To put all this into a practical context I was recently asked to comment on a loudspeaker distributor’s proposed layout for a distributed series of semi- directional loudspeakers in long and relatively narrow space. The loudspeakers were located overhead at approximately 4m above oor level or about 2.4 m above the listener’s ears – there being nowhere to mount them lower down at the sides. The reverberation time of the space was around 3.5 seconds.
Now experience tells me that any form of passive and not particularly directional distributed loudspeaker system is not going to work in such a space. Yet, without modelling or undertaking a basic acoustic calculation, the distributor put forward his idea and already had the installer on board, so I had quite a job on to protect my client (the owner) to show that the system wouldn’t work. Detailed computer modelling showed that, indeed the design would not have adequate intelligibility for a number of reasons.
It is difficult to see the values on the figure 7, so I have zoomed in on a section in figure 8.
Now the failing values can be seen, with the average for the area in question being just 0.43 STI and with a significant percentage of the area only achieving 0.40. Looking at the speaker coverage was truly enlightening. The claimed coverage angle for the loudspeaker in question was 170° x 60° at 1 kHz and 140° x 55° at 2 kHz.
Figure 9 shows the projected3 & 6 dB contours but filled out as solid shapes to more clearly show the coverage.
As can be seen, at 2 kHz the speaker covers the central section of the space quite well but does not cover the perimeter.
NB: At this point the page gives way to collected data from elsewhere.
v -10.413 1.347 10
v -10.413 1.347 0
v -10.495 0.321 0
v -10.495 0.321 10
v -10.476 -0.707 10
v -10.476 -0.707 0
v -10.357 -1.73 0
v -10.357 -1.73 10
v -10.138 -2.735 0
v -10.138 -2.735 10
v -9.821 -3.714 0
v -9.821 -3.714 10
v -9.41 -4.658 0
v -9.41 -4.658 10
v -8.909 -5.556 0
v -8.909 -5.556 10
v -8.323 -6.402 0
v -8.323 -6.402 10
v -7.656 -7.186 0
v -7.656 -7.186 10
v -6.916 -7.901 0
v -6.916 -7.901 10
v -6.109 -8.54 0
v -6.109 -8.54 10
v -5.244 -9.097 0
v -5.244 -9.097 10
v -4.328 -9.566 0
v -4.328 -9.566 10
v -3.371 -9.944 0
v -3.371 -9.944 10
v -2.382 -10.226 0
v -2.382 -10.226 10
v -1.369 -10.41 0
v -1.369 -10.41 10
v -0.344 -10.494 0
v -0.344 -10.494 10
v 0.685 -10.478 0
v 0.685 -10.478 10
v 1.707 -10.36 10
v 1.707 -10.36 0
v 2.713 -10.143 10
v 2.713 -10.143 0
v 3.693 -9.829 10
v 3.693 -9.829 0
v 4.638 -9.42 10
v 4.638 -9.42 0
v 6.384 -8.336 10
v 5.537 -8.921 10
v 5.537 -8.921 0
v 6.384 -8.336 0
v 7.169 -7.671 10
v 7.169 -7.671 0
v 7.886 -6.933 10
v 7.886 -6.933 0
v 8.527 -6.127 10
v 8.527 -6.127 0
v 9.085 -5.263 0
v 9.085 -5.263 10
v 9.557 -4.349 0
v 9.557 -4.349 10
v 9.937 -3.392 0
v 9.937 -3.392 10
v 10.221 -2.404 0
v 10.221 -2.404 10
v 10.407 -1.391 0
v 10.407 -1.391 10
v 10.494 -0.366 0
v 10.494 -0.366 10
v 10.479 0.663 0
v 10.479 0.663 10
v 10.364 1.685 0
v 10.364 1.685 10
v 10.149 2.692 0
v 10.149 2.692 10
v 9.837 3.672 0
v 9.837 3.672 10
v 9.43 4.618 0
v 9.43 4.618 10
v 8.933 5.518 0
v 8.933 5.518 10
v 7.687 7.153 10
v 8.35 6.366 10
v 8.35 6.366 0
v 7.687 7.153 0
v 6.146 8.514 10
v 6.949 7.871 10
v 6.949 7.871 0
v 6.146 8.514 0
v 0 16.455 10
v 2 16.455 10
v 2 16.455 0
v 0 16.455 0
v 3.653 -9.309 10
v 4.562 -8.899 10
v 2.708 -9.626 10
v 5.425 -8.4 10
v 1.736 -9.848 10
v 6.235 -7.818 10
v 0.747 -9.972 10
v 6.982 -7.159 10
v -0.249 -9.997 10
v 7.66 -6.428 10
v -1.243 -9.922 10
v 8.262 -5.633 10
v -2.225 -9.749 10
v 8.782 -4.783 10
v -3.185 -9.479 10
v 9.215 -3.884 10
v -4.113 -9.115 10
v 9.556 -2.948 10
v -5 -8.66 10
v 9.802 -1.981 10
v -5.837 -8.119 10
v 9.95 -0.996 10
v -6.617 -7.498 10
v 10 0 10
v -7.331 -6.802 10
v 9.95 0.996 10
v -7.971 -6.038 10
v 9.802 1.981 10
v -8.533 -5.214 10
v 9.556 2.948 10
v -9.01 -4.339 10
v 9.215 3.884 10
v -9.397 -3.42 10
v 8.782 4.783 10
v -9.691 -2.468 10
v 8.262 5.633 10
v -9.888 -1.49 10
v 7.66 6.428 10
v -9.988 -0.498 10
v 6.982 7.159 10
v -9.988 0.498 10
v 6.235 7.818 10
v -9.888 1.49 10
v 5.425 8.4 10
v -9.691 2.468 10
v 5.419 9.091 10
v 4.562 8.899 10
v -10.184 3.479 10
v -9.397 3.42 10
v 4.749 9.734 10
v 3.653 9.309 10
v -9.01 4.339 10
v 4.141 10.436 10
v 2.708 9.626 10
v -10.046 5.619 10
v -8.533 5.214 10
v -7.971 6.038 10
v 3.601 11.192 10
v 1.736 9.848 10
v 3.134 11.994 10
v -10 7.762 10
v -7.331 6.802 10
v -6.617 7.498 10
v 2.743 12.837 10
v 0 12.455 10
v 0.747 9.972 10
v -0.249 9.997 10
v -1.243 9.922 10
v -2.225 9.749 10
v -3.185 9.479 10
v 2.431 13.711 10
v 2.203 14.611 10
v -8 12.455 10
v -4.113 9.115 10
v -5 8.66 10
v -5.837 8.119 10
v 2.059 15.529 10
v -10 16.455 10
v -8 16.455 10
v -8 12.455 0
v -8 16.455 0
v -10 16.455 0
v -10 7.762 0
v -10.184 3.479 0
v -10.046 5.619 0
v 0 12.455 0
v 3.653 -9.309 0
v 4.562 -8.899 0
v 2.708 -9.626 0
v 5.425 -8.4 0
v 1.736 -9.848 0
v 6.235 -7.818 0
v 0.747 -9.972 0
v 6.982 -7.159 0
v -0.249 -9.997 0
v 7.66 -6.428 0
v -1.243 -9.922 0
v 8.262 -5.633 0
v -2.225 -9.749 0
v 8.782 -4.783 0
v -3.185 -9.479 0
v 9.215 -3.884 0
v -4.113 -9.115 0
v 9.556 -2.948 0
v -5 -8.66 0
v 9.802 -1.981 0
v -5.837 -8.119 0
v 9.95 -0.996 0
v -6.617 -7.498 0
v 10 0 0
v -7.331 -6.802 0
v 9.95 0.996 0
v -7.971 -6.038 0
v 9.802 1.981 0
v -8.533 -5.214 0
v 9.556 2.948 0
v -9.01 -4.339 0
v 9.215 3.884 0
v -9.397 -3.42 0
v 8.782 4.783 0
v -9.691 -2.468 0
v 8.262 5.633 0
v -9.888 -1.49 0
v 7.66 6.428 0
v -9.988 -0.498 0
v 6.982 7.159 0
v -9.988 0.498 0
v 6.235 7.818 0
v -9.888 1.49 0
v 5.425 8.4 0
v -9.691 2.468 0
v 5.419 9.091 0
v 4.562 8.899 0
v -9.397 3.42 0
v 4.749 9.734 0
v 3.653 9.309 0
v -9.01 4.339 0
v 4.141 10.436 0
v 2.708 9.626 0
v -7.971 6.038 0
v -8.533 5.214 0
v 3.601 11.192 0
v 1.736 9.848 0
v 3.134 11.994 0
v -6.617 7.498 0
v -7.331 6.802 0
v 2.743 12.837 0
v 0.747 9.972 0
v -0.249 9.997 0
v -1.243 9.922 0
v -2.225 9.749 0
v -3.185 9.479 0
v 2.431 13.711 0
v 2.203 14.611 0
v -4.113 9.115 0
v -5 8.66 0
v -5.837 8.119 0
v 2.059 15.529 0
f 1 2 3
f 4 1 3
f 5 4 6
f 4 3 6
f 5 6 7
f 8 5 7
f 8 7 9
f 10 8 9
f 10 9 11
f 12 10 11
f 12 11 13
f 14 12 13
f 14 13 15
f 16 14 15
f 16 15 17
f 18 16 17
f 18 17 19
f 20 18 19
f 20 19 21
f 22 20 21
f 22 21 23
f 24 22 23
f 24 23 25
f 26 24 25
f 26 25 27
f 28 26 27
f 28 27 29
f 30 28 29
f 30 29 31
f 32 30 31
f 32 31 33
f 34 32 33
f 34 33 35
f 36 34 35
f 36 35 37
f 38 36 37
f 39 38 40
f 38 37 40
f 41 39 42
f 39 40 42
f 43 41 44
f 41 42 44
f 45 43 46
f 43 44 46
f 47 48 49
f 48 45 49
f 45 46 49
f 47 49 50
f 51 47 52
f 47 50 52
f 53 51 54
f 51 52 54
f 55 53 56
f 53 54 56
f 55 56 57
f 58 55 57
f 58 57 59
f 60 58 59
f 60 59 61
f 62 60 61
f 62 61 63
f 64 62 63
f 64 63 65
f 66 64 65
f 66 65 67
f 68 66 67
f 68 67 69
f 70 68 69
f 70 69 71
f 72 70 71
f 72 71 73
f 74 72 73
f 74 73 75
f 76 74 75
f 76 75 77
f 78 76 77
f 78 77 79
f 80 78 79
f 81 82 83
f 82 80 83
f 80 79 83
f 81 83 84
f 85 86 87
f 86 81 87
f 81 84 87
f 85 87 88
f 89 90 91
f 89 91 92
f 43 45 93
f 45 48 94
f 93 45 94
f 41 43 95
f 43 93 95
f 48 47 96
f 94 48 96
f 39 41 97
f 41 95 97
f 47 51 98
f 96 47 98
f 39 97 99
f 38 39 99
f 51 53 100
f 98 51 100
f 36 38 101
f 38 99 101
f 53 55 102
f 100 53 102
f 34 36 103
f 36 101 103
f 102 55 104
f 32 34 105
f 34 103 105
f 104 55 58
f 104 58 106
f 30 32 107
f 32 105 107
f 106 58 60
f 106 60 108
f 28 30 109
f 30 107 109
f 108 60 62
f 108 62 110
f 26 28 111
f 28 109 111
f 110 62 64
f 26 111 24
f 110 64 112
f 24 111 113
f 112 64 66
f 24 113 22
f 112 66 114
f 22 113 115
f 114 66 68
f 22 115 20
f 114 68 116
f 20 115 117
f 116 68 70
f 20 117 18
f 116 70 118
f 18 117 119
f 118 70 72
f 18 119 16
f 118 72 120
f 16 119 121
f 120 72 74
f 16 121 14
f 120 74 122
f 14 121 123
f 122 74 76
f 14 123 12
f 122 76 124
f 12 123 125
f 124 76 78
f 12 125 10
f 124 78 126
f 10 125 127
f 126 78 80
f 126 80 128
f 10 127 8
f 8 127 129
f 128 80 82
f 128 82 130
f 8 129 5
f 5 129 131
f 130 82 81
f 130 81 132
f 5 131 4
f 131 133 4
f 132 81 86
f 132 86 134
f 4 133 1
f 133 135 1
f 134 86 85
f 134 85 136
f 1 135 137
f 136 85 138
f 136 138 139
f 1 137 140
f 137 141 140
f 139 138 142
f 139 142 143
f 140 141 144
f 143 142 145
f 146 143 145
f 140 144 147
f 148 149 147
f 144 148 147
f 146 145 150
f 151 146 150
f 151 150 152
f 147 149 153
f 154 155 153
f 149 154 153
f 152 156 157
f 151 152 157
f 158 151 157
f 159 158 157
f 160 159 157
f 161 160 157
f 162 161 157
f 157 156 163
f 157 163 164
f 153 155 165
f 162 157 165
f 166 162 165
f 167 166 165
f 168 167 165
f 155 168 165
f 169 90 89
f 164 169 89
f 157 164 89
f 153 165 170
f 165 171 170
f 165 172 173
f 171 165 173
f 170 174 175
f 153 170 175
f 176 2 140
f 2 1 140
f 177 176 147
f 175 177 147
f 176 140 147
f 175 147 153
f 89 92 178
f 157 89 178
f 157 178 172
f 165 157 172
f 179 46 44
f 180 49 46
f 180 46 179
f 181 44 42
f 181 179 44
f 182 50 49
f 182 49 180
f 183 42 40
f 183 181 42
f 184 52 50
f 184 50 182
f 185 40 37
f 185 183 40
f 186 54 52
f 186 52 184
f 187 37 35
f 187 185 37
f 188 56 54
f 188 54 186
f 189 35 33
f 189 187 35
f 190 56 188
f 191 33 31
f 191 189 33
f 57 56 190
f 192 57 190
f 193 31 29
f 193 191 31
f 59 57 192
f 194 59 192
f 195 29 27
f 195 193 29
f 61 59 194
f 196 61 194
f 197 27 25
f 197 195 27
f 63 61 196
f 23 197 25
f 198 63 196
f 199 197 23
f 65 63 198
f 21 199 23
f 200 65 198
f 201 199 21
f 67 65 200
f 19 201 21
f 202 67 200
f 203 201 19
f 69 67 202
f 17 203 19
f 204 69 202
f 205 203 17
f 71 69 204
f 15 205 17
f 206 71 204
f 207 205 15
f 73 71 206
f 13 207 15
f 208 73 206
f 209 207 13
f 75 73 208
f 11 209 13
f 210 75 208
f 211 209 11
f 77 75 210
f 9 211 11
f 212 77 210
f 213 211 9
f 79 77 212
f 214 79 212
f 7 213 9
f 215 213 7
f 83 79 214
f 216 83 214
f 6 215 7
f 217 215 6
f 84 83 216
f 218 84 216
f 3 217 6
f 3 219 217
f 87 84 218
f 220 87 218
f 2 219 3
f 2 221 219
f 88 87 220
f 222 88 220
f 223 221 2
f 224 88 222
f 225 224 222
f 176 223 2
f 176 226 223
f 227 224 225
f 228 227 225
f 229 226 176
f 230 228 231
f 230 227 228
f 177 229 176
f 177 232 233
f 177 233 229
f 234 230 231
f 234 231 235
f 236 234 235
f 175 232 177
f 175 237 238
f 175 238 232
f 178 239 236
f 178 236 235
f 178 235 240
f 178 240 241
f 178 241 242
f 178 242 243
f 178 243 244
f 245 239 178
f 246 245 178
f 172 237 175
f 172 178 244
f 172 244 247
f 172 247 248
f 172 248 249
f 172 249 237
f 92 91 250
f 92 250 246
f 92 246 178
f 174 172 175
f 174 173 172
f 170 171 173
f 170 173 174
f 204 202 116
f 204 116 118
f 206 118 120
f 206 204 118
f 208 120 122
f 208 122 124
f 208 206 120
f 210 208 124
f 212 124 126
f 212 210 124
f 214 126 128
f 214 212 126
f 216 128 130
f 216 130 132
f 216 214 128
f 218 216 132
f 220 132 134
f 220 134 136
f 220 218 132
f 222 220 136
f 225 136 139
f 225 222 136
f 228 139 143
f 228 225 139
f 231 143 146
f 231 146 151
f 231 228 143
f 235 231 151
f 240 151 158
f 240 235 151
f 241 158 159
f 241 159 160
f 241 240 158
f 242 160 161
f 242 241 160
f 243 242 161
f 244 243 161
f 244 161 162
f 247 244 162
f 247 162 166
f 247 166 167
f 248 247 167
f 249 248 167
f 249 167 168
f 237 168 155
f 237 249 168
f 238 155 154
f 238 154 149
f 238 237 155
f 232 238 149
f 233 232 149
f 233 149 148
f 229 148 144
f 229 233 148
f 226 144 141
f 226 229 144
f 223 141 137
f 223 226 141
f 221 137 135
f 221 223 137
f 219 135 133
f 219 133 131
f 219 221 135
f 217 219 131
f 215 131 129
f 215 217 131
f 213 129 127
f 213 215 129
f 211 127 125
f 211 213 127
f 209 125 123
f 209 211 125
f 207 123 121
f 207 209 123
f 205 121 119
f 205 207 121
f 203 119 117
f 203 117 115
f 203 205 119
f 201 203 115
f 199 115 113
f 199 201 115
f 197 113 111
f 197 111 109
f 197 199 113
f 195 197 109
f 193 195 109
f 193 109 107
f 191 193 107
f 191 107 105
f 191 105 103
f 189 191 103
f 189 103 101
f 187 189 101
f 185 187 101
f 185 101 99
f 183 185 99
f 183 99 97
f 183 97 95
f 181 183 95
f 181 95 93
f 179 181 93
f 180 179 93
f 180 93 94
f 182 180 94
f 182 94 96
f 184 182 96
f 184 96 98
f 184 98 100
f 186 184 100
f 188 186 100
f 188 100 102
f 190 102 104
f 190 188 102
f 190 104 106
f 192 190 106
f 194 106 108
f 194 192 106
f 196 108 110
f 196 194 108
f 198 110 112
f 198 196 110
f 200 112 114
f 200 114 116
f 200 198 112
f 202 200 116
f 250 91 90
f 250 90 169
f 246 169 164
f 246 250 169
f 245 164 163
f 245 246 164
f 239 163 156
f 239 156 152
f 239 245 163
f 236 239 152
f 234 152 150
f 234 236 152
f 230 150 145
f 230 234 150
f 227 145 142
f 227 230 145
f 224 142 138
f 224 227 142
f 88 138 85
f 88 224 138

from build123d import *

# Parameters (mm, degrees)
SKETCH1_R           = 10.5
SKETCH1_R_2         = 10
BOSS_EXTRUDE1_DEPTH = 10
FILLET1_R           = 50
FILLET2_R           = 10


with BuildPart() as part:
    # Sketch1 → Boss-Extrude1 (new body)
    # profile 1 of 2: a face of its own
    with BuildSketch(Plane.XY):
        with BuildLine():
            Line((-8, 16.455448816), (-10, 16.455448816))
            Line((-10, 16.455448816), (-10, 3.201562119))
            ThreePointArc((-10, 3.201562119), (-5.350189391, 9.034681703), (2, 10.307764064))
            Line((2, 10.307764064), (2, 16.455448816))
            Line((2, 16.455448816), (0, 16.455448816))
            Line((0, 16.455448816), (0, 12.455448816))
            Line((0, 12.455448816), (-8, 12.455448816))
            Line((-8, 12.455448816), (-8, 16.455448816))
        make_face()
    # profile 2 of 2: a face of its own
    with BuildSketch(Plane.XY):
        Circle(SKETCH1_R)
        Circle(SKETCH1_R_2, mode=Mode.SUBTRACT)
    extrude(amount=BOSS_EXTRUDE1_DEPTH)

    # Fillet1
    fillet1_edges = [part.edges().sort_by_distance(p)[0] for p in [
        (-10, 3.201562119, 5),
    ]]
    fillet(fillet1_edges, radius=FILLET1_R)

    # Fillet2
    # the kernel refuses this fillet: 10 mm, written as the material it adds along each edge
    with BuildSketch(Plane(origin=(2, 10.307764064, 0), x_dir=(0.9177385180752605, -0.3971851110515409, 0), z_dir=(0, 0, 1))) as fillet2_piece_1:
        with BuildLine():
            CenterArc((6.668287117, 9.765906989), FILLET2_R, 204.355310462, 53.22294126)
            Line((-2.441768851, 5.641967094), (-2.62396997, 5.559488296))
            ThreePointArc((-2.62396997, 5.559488296), (-1.404432129, 2.741546525), (-0.183547704, -0.079437022))
            Line((-0.183547704, -0.079437022), (0.043021207, -0.19531814))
However, the 3 dB contour only covers a tiny fraction of the area.
Now take a look at figure 10 and see what happens at 4 kHz – where only small parts of the central strip are covered, whilst the majority of the required area is not.
You might think that the STI plot would look a bit like the plots shown in figures 9 & 10 with small patches of intelligibility occurring at regular intervals (i.e. directly under the loudspeakers). Whilst this often happens, as I said earlier, ‘there is more to designing a sound system than just providing sound coverage’. However, in this case the loudspeaker design did
not even achieve this basic aim as the plots above clearly illustrate. The underlying point is that the space is just too reverberant to support intelligible speech from a normal distributed loudspeaker system. The loudspeaker distributor should have known this and certainly should have checked the viability of his design before presenting it and thereby causing the budget for the system to be set way too low. It is said that ‘a little learning is a dangerous thing’, which is certainly the case in audio & acoustics.
However, the really worrying aspect for me is that this is a VA system and forms the major element for informing the public of an emergency situation and helping to evacuate the complex in a safe and controlled manner. What chance the above proposal of achieving that?